Provide again, from the entries below, every line from the one containing "f 88 173 171" through the one containing "BOSS_EXTRUDE1_START = -20", exactly as written, and no other line.

→ Provided material
= = =
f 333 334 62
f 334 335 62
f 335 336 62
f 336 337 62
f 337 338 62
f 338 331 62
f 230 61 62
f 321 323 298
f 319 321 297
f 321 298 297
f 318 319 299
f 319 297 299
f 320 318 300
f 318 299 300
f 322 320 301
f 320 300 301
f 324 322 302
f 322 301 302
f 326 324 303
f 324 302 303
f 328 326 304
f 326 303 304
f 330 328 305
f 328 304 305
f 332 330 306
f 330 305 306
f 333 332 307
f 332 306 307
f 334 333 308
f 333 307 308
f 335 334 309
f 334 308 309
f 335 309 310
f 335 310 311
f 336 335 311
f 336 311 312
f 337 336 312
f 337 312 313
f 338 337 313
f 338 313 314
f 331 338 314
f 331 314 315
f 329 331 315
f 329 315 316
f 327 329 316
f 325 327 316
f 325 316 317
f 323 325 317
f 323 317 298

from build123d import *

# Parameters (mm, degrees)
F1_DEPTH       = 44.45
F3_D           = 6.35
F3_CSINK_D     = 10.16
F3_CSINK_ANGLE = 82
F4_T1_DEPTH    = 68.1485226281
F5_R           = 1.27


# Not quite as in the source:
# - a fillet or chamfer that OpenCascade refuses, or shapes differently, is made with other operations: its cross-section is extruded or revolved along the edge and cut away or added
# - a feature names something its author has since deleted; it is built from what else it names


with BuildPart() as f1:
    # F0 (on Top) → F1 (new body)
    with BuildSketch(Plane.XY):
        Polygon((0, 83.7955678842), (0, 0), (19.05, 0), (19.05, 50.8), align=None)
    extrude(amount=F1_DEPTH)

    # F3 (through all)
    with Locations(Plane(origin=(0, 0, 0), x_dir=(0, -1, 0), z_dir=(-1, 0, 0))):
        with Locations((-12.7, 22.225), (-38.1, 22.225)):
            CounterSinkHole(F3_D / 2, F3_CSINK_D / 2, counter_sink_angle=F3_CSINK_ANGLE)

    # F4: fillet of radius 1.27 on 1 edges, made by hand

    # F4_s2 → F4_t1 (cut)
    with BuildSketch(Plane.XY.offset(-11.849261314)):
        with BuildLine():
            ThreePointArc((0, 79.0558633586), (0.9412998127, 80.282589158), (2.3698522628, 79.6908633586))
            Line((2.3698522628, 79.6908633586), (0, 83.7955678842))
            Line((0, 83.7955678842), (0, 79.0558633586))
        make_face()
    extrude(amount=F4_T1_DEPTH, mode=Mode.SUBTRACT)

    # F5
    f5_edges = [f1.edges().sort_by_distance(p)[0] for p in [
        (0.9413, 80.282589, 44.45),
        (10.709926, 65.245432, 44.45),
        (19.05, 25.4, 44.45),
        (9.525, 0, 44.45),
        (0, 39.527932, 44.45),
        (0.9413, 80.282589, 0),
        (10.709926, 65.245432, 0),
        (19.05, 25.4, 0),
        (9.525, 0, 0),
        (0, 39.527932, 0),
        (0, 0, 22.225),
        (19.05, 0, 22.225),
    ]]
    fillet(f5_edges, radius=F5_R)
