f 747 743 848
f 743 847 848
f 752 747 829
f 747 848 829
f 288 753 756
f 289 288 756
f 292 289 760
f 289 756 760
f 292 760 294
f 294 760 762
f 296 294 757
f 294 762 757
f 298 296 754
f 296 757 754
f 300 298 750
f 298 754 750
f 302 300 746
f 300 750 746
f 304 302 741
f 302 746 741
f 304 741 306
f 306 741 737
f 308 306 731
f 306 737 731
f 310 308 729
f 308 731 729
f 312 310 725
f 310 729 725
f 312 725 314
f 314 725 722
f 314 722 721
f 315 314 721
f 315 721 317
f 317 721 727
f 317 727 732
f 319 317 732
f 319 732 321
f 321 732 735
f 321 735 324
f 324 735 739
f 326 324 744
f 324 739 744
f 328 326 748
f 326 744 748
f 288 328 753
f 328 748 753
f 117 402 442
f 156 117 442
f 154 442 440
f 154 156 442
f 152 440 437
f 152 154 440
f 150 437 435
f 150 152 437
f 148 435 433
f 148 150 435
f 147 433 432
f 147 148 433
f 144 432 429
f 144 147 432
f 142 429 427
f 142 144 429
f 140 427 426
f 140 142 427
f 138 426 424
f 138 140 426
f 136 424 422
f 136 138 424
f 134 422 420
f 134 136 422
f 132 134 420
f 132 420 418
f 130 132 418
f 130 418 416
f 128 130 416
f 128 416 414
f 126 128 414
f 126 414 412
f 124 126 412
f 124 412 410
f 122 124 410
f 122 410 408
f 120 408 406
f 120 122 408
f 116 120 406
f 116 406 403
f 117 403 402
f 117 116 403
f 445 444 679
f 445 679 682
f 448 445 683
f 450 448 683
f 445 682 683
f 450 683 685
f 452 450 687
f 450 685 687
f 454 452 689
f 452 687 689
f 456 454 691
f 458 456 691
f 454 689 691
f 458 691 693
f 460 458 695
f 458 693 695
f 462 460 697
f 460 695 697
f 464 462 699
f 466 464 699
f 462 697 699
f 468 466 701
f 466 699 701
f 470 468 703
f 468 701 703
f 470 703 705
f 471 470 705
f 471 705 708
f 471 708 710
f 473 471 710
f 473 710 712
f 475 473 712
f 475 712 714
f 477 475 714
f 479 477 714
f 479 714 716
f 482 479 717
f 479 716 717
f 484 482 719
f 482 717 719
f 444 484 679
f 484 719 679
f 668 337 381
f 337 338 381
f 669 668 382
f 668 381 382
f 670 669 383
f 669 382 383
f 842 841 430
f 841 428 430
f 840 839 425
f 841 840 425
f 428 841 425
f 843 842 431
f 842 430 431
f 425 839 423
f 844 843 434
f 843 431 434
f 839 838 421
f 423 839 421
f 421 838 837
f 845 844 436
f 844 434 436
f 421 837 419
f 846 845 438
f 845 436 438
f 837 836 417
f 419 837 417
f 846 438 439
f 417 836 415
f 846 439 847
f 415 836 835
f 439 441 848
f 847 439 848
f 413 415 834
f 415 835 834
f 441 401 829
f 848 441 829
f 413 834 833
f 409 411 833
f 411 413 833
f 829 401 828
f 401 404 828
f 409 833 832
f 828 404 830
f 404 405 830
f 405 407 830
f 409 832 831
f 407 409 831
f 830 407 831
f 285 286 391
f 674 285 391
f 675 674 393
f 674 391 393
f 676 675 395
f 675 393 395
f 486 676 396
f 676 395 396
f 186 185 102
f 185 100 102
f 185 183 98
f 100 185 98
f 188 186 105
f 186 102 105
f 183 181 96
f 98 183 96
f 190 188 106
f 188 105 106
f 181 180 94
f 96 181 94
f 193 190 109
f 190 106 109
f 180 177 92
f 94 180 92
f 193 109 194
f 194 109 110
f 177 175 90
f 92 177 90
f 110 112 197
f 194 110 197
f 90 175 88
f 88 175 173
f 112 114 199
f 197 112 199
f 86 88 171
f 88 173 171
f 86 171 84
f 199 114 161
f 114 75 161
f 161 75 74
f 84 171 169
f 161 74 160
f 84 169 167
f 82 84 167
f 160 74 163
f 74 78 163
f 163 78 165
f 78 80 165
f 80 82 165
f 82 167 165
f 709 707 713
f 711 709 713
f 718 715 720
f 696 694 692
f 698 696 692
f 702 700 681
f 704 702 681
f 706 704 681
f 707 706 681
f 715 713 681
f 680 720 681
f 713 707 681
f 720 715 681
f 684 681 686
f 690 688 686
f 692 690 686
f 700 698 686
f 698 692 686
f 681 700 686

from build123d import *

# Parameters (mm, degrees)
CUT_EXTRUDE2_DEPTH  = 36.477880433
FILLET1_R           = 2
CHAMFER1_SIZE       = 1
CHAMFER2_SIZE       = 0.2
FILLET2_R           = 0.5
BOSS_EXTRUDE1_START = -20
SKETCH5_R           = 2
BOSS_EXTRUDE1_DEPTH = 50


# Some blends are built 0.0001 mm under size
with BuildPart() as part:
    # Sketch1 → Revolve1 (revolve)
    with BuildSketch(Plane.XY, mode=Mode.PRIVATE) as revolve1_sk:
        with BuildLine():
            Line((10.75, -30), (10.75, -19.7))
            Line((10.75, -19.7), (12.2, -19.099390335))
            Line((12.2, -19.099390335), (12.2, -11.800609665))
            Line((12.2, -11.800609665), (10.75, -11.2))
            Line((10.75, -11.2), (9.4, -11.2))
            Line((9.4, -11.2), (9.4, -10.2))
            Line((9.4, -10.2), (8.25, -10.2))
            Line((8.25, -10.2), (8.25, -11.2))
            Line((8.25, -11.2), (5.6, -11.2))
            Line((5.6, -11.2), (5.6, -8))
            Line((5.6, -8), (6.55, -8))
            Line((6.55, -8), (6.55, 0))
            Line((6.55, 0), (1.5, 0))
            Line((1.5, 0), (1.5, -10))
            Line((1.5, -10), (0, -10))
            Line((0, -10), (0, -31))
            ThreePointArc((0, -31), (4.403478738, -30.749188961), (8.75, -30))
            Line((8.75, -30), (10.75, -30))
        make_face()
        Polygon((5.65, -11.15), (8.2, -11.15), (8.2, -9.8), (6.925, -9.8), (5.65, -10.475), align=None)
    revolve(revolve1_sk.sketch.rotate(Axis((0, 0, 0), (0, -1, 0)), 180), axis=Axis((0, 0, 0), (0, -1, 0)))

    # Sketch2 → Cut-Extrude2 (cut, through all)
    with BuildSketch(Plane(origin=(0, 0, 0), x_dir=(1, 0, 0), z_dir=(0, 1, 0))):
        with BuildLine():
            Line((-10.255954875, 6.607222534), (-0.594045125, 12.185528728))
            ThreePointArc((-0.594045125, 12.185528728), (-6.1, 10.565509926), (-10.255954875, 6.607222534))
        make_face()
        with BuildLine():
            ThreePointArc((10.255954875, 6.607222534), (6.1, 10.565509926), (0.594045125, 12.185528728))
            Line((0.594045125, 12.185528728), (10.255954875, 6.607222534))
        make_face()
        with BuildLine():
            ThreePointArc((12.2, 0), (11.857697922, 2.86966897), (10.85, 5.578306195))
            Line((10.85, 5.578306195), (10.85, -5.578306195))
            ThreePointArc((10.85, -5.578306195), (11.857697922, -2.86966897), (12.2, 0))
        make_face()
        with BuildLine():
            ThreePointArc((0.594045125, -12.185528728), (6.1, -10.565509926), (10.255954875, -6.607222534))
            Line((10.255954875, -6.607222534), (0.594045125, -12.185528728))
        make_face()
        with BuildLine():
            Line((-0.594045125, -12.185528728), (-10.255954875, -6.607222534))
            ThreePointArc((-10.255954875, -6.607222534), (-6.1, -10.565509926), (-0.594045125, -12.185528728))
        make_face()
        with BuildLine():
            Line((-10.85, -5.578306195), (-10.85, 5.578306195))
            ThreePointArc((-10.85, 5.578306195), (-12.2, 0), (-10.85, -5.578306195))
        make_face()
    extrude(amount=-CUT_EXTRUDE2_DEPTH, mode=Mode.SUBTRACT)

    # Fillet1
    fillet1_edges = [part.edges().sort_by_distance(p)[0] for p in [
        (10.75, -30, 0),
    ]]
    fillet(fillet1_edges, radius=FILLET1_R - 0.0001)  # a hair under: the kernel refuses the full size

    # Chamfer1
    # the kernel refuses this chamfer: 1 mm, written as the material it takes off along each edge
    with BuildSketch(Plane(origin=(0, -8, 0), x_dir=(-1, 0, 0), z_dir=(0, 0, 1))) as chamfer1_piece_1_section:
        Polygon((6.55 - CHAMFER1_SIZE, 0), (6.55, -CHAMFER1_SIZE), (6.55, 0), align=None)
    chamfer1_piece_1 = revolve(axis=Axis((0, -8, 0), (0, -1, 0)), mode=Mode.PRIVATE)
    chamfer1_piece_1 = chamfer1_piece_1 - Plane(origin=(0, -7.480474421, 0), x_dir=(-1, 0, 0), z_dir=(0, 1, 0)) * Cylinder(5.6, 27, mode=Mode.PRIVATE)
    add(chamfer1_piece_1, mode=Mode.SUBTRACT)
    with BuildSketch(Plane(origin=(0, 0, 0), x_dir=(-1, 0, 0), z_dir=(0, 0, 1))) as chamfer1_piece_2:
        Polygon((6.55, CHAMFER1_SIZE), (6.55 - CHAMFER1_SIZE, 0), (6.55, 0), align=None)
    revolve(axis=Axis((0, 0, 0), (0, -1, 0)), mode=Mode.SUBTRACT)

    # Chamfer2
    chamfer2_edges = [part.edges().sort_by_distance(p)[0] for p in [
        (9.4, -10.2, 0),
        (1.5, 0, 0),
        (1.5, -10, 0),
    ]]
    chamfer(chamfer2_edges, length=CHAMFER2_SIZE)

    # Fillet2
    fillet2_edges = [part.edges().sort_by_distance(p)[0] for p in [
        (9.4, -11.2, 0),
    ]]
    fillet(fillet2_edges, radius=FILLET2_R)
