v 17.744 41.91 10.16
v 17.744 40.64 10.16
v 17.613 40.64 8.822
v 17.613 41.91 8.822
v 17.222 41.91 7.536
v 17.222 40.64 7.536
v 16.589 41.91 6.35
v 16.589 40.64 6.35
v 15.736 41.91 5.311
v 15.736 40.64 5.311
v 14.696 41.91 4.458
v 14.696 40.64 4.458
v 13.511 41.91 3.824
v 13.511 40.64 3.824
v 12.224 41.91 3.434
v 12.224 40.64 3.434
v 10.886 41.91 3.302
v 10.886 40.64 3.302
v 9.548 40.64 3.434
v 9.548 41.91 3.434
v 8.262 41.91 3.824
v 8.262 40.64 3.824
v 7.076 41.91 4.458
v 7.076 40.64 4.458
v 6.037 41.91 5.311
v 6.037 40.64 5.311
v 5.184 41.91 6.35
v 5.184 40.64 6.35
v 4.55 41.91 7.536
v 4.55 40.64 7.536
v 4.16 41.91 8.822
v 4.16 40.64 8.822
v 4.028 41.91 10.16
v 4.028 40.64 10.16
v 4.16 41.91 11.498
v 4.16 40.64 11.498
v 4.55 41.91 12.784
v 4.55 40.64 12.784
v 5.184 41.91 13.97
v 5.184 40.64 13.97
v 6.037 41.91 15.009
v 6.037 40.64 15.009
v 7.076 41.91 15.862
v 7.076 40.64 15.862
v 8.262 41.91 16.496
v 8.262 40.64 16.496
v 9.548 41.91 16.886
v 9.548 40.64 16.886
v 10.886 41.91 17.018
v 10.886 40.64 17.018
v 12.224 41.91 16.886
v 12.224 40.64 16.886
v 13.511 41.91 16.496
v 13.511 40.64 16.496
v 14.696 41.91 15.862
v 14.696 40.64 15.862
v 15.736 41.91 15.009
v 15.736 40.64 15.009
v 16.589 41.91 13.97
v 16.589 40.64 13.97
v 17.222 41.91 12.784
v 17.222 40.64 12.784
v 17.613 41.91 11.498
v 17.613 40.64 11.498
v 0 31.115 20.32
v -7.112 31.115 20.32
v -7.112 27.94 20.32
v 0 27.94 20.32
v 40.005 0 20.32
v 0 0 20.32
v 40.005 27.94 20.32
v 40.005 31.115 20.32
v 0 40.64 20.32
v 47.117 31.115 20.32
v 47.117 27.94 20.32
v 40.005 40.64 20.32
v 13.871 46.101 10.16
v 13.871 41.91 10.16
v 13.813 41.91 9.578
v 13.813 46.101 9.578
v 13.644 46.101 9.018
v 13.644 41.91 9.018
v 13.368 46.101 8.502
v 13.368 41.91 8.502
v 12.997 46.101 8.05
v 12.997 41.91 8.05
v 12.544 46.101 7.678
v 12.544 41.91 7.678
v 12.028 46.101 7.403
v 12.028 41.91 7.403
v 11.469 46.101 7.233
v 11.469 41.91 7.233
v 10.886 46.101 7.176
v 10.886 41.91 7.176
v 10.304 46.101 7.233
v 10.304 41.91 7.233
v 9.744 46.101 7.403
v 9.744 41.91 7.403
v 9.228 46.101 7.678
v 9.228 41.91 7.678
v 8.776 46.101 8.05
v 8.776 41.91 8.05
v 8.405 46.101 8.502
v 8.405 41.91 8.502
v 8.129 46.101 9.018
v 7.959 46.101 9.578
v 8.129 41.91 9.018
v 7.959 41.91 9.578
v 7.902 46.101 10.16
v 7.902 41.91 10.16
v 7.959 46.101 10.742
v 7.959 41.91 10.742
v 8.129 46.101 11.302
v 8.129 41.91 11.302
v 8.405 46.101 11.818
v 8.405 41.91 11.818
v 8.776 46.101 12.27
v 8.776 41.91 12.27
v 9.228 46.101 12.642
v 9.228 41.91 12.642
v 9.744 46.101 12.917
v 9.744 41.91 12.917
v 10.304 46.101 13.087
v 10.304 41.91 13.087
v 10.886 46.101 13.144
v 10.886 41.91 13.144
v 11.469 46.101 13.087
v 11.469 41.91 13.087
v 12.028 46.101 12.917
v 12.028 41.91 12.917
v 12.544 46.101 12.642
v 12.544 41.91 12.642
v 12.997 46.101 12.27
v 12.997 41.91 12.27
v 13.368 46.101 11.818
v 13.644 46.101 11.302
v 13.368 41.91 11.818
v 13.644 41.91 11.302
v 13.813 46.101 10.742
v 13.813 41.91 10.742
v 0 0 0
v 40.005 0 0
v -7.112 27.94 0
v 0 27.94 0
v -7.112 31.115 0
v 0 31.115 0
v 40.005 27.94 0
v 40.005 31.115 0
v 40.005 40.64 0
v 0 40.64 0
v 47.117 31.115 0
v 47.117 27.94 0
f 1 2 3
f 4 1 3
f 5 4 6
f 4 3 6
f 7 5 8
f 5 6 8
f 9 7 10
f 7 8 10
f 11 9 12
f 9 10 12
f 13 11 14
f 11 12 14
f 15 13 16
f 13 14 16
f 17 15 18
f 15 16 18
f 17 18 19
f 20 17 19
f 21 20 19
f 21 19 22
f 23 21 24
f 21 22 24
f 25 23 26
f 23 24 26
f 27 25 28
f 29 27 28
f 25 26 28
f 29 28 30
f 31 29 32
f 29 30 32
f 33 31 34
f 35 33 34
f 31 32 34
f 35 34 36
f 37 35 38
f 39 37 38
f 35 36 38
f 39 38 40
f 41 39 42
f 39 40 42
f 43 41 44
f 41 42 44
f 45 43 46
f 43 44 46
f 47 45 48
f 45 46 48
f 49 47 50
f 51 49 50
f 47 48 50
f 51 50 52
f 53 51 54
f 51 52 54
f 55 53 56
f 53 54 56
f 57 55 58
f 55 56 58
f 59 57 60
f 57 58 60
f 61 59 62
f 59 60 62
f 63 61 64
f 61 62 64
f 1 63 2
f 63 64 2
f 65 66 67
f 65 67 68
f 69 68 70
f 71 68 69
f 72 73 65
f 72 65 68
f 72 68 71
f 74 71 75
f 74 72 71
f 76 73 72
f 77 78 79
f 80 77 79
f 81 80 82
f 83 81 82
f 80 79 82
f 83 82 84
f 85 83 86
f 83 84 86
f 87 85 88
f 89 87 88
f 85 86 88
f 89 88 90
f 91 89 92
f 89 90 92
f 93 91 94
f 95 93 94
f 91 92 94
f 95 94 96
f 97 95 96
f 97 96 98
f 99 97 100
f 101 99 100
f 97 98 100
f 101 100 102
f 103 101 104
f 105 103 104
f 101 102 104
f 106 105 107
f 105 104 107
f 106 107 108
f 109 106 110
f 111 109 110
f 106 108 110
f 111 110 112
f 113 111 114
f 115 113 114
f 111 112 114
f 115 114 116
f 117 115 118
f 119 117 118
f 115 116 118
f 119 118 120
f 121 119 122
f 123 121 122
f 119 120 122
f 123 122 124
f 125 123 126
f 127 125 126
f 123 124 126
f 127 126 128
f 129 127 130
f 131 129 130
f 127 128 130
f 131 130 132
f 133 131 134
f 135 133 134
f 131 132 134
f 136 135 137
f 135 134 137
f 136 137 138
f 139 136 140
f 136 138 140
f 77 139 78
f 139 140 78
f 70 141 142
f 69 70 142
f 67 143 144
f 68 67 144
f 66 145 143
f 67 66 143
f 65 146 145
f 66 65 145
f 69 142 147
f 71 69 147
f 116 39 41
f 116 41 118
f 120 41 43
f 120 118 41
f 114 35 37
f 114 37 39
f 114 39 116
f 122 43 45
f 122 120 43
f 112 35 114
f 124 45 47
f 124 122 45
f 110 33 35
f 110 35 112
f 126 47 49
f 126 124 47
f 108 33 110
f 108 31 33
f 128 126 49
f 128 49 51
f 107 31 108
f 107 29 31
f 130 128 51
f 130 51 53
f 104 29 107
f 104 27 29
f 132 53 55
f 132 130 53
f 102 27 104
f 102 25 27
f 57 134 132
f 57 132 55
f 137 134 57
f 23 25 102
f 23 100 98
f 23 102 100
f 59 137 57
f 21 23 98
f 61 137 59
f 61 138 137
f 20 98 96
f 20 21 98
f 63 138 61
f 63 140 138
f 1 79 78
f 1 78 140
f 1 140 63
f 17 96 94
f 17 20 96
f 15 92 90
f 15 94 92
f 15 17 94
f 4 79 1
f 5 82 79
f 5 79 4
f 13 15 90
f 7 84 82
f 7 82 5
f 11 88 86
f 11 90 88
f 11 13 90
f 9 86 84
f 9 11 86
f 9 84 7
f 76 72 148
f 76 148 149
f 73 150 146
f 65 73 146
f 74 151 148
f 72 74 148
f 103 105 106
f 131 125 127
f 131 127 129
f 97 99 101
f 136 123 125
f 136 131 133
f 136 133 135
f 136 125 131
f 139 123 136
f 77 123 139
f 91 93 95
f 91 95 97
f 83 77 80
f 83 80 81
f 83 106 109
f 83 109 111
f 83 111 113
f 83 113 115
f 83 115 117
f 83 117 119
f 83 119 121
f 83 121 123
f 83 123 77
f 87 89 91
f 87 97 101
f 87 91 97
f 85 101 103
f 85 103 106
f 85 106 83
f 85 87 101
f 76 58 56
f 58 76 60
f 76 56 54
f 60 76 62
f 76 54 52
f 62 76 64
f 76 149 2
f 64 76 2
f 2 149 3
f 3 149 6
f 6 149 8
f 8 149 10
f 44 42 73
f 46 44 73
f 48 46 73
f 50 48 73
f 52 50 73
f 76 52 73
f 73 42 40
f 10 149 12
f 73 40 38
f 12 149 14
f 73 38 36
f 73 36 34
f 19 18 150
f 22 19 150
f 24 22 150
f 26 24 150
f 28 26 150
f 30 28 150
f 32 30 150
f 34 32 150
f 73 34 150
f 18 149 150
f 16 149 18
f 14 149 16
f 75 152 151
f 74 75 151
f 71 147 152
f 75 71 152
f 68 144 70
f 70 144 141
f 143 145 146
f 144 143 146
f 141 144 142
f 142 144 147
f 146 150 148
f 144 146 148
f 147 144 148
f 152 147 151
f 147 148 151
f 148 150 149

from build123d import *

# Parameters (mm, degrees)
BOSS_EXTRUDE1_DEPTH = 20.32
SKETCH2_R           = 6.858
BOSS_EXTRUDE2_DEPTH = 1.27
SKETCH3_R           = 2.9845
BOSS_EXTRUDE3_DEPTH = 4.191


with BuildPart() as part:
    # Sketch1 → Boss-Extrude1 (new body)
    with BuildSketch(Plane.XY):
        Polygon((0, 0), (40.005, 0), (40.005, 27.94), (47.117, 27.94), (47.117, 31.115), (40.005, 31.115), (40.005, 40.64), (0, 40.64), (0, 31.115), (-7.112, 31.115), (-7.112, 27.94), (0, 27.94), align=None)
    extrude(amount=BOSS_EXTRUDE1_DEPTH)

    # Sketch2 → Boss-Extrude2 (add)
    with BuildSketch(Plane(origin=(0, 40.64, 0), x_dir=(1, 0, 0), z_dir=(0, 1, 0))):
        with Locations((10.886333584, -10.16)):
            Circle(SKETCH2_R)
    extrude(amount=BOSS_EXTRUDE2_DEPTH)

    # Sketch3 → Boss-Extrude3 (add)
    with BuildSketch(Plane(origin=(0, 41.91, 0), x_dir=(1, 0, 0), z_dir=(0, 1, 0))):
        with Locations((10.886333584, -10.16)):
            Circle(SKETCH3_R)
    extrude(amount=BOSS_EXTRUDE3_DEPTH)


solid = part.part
= = =
→ Written solution
f 88 173 171
f 86 171 84
f 199 114 161
f 114 75 161
f 161 75 74
f 84 171 169
f 161 74 160
f 84 169 167
f 82 84 167
f 160 74 163
f 74 78 163
f 163 78 165
f 78 80 165
f 80 82 165
f 82 167 165
f 709 707 713
f 711 709 713
f 718 715 720
f 696 694 692
f 698 696 692
f 702 700 681
f 704 702 681
f 706 704 681
f 707 706 681
f 715 713 681
f 680 720 681
f 713 707 681
f 720 715 681
f 684 681 686
f 690 688 686
f 692 690 686
f 700 698 686
f 698 692 686
f 681 700 686

from build123d import *

# Parameters (mm, degrees)
CUT_EXTRUDE2_DEPTH  = 36.477880433
FILLET1_R           = 2
CHAMFER1_SIZE       = 1
CHAMFER2_SIZE       = 0.2
FILLET2_R           = 0.5
BOSS_EXTRUDE1_START = -20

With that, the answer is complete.